# Brunswick Snapper Banks / G Reef 6/11/11



## Pate55 (Jun 13, 2011)

Headed out with Gulp Juice (Capt. David) to try our luck with the Mangroves and dolphin at the 40 mile bottom this weekend. 
No luck with the Dolphin but GulpJuice managed to put some Mangroves in the boat. We had a quick pitch and cobia jig ready the entire day but the only thing to swim up to the boat at the Snapper Banks was a couple pesky Remora. We Did find some Large Sea Bass and Plenty of AmberJack which kept us Busy. 
We pointed her west and headed to G after that. The Bite was better at G as we were able to boat a Grouper, Snapper (released)  and a 35 lb Cobia off the bottom. 
Being Prepared finally paid off as two 25 lb cobia showed up out of nowhere as they often do. I quickly reeled up my live pinfish from the bottom while GulpJuice went for the Spinner with the cobia Jig. The Cobia quickly grabbed my Pinfish and spit it out just as fast. Gulpjuice went to work on the pair with the Jig as I went for the other spinner and attatched a sardine to the single hook. 
While i was doing this Capt. David managed to get both cobia to eat the jig and set the hook deep in the second fish's mouth. Heres where it got intresting. The other cobia stayed right with his hooked comarade and I waited for an opening to introduce the other fish to my lively sardine. David guided both fish past the boat and I pitched the bait to the other cobia as I ducked under GulpJuice's line.In a few seconds we had a Double Hook up on lite tackle with only two of us in the boat. 
We must have circled the boat 10 times walking under each others fishing lines and moving other poles out of the way. Gulpjuices Cobia was the first to tire out and he stuck his fishing rod in the rod holder, grabbed the Gaff, and put a great shot just behind the fishes gills. He then pulled the twisting ball of Muscle out of the water. The Gaff Could not take it!!! It broke 12 inches above the business end!! He slung the cobia in the boat with a gaff hanging by a single fiber glass thread! As soon as he cleared the Gunnel the gaff completely broke. We Now had a ticked off cobia going crazy in the boat and this time the fish had Weapons!! 
The First thing the cobia Threw was the 4 oz Bucktail missing my manhood by a couple inches. The Second flying projectile was the now 12 inch gaff. It Thankfully crashed harmlessly into the side of the boat. David Boxed the fish and we turned our attention to My fish. 
We decided to let him get completely tired before we attempted to do any thing. When the fish finally tuckered out David put on some gloves, grabbed the shreaded fiber glass 12 inch Gaff and put the worlds greatest gaff shot on our third cobia of the day. He completely stoned the Cobia with a busted up gaff and the fish never moved again!!!

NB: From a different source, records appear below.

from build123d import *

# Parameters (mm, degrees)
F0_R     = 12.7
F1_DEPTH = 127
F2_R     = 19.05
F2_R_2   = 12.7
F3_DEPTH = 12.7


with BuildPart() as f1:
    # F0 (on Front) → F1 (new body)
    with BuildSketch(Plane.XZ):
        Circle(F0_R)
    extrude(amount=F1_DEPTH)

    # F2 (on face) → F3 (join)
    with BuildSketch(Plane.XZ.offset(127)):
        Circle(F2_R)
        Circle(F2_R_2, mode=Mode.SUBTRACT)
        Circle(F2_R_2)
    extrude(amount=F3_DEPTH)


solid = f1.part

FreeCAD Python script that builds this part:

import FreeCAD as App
import Part
import Sketcher
from FreeCAD import Vector
Q = App.Units.Quantity

doc = App.newDocument("Part")
body = doc.addObject("PartDesign::Body", "Body")

# Sketch on XZ plane
sketch1 = doc.addObject("Sketcher::SketchObject", "Sketch")
body.addObject(sketch1)
sketch1.AttachmentSupport = (doc.XZ_Plane, [""])
sketch1.MapMode = "FlatFace"
sketch1.addGeometry(Part.Circle(Vector(0, 0, 0), Vector(0, 0, 1), 13), False)
sketch1.addConstraint(Sketcher.Constraint("Coincident", 0, 3, -1, 1))
sketch1.addConstraint(Sketcher.Constraint("Diameter", 0, Q("1 in")))
pad1 = doc.addObject("PartDesign::Pad", "Pad")
body.addObject(pad1)
pad1.Profile = sketch1
pad1.Length = Q("5 in")

# Sketch on XZ plane
sketch2 = doc.addObject("Sketcher::SketchObject", "Sketch001")
body.addObject(sketch2)
sketch2.AttachmentSupport = (doc.XZ_Plane, [""])
sketch2.MapMode = "FlatFace"
sketch2.AttachmentOffset = App.Placement(Vector(0, 0, 5 * 25.4), App.Rotation())
sketch2.addGeometry(Part.Circle(Vector(0, 0, 0), Vector(0, 0, 1), 19), False)
sketch2.addConstraint(Sketcher.Constraint("Coincident", 0, 3, -1, 1))
sketch2.addConstraint(Sketcher.Constraint("Diameter", 0, Q("1.5 in")))
pad2 = doc.addObject("PartDesign::Pad", "Pad001")
body.addObject(pad2)
pad2.Profile = sketch2
pad2.Length = Q("0.5 in")

doc.recompute()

Here is the video sorry couldnt get more cobia action but it was pretty hectic http://youtu.be/LsLj4oMkO6g


----------



## Pate55 (Jun 13, 2011)




----------



## injun joe (Jun 13, 2011)

Congrats on a great day. Capt. David is a fine man as is his dad.


----------



## wharfrat (Jun 13, 2011)

that is awesome! double cobia hook-up is almost as fun as dancin' around a green one in the boat!


----------



## Bryannecker (Jun 13, 2011)

Nice fish.  Great adventure story!  Who made the gaff?  Was it an old one?  I have an old wooden handled on that has never failed me.  It floats, too.  Thanks for the very interesting post.
Capt. Jimmy


----------



## Pate55 (Jun 14, 2011)

Bryannecker said:


> Nice fish.  Great adventure story!  Who made the gaff?  Was it an old one?  I have an old wooden handled on that has never failed me.  It floats, too.  Thanks for the very interesting post.
> Capt. Jimmy



It was a Back up gaff that was 12 feet long the good gaff was left in another boat


----------